Path: utzoo!utgpu!news-server.csri.toronto.edu!cs.utexas.edu!uunet!convex!convex.convex.com!thurlow
From: thurlow@convex.com (Robert Thurlow)
Newsgroups: comp.protocols.nfs
Subject: Re: NFS writes and fsync().
Message-ID: <thurlow.655748135@convex.convex.com>
Date: 12 Oct 90 16:15:35 GMT
References: <1990Oct9.152612@objy.objy.com>
Sender: usenet@convex.com
Lines: 52

In <1990Oct9.152612@objy.objy.com> peter@objy.objy.com (Peter Moore) writes:
>WHY ON EARTH DOES NFS REQUIRE THE FSYNC ON WRITES?  Without that
>requirement, we could the effect of this cache board by just not
>calling fsync().

No, you couldn't.  The cache board for PCs that I know about is a nice
unit that essentially promises you the data won't go away and keeps it
in battery-backed memory to ensure it.  That's important, since once the
write request is acknowledged, the client will not try the write again,
and may discard its copy of the data.  You can easily lose data when the
server goes down without the server syncing it.  Usually, too, what
waits for the acknowledgement is a block I/O daemon (biod) that will
handle your async writes for you; your process has to wait for all I/O
only when it does an fsync() or a close(), though aggregate throughput
is reduced.

I think most people would agree that the default behaviour should be to
make writes reliable, since that provides the semantics of a local
filesystem.  You are more free to buy extra throughput by upgrading the
server disk or CPU that you are to buy more reliability.  That said,
I'll add that we do provide an export option to allow you to tell the
server to acknowledge the write request immediately upon receipt, and
spool the request to its local I/O subsystem.  It can help performance
a good bit if you don't mind the risks.  It's great for filesystems all
clients mount with -soft; their processes will be gone after a server
reboot, anyway.

>Now whenever I see something ugly in NFS, it usually comes from the
>stateless requirement.  But the only state dependent reason I can see is:
>    Process P on machine A writes to machine B
>    machine B crashes before the write is synced to disk

Stop right there.  Your 'disk' has just lost data, period.  Do you
expect your local disk to ever do that?  The effects could be very
devastating, depending on what exactly cared about the data.  Think
of the havoc you could wreak on a database server.

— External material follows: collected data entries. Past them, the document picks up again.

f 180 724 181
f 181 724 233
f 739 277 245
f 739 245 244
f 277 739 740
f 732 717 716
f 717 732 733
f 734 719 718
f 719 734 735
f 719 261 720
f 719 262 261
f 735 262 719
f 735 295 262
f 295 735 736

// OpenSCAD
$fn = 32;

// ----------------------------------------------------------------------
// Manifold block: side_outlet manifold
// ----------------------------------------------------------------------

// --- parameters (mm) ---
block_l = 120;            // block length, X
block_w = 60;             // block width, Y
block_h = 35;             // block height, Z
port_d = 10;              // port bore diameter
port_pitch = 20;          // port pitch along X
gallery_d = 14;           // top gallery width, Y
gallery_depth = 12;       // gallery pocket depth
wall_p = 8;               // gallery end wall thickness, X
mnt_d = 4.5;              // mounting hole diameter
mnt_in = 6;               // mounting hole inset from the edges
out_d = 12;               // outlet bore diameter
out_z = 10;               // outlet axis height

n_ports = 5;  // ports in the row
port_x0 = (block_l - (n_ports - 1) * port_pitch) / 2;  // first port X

>But in real life, I have seen situations vaguely like this, and the
>writing process gets a `stale NFS handle' error.  So it seems that at
>least the NFS implementations I have run into have that much state.

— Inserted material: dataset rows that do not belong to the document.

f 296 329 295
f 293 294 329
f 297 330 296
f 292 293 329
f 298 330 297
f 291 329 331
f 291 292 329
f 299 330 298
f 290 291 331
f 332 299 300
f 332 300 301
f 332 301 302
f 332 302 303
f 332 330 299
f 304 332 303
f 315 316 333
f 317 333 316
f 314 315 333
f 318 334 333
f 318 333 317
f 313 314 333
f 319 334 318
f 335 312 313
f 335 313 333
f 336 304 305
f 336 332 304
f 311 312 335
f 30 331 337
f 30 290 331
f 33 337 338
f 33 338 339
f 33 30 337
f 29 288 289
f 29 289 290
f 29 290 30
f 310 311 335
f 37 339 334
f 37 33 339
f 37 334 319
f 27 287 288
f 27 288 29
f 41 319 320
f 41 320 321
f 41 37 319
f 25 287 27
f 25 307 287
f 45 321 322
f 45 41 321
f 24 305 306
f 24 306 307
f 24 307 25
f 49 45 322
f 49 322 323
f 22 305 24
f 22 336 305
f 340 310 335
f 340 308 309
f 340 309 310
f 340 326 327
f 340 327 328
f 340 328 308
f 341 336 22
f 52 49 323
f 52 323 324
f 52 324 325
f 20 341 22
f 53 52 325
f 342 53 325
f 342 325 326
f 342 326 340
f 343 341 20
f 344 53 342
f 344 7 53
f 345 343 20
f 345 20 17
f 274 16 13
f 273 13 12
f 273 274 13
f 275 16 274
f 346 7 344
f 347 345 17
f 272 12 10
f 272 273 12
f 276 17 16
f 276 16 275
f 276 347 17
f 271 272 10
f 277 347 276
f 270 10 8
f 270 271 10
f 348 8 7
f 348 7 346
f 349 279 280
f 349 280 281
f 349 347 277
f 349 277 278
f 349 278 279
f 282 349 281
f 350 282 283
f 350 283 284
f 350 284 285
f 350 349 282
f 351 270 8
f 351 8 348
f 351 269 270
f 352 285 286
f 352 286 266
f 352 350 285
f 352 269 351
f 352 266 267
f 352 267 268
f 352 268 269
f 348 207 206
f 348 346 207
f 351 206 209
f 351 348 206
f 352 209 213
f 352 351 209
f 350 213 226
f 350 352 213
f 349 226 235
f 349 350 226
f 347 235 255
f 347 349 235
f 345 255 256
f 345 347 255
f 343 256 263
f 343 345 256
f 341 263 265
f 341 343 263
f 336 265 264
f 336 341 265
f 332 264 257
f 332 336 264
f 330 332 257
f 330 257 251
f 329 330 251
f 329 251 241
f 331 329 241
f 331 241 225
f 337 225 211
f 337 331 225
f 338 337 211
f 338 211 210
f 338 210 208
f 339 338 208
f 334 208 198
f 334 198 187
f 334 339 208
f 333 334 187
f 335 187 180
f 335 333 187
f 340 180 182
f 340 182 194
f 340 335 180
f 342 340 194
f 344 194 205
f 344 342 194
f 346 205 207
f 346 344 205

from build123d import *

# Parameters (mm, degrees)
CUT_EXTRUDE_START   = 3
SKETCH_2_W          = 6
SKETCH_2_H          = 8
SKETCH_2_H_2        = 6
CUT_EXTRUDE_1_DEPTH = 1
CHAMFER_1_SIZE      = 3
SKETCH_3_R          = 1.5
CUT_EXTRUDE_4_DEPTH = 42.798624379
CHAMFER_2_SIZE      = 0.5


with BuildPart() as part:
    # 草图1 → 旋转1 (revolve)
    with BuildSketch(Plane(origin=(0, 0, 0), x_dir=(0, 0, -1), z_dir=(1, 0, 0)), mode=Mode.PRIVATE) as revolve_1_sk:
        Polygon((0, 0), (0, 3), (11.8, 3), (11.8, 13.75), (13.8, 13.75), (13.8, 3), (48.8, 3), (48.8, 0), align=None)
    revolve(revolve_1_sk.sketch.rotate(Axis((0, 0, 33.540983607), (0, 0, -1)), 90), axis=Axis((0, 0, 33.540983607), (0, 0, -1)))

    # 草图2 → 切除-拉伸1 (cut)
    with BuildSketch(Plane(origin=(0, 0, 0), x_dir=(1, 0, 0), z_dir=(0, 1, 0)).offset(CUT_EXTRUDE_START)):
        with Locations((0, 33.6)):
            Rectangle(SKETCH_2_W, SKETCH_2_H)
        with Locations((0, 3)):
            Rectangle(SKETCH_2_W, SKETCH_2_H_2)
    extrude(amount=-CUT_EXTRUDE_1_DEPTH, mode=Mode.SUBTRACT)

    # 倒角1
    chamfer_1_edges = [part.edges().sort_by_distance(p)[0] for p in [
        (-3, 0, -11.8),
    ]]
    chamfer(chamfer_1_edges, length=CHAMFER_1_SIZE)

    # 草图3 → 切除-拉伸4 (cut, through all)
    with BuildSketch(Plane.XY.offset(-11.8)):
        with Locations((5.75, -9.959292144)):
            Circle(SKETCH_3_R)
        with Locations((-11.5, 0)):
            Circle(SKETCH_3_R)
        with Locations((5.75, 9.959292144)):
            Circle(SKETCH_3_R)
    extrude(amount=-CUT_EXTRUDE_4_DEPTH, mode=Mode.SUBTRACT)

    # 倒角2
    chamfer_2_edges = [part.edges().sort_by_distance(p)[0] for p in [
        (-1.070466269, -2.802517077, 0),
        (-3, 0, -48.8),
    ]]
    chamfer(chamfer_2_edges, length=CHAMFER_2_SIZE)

ESTALE only happens when the server can't find anything matching the
file handle on its disks, and usually happens when some other process
did a creat() or an unlink(), or the server filesystems got mounted in
a different order.  I don't see the connection here.

Hope that helped,
Rob T
--
Rob Thurlow, thurlow@convex.com or thurlow%convex.com@uxc.cso.uiuc.edu
----------------------------------------------------------------------
"I was so much older then, I'm younger than that now."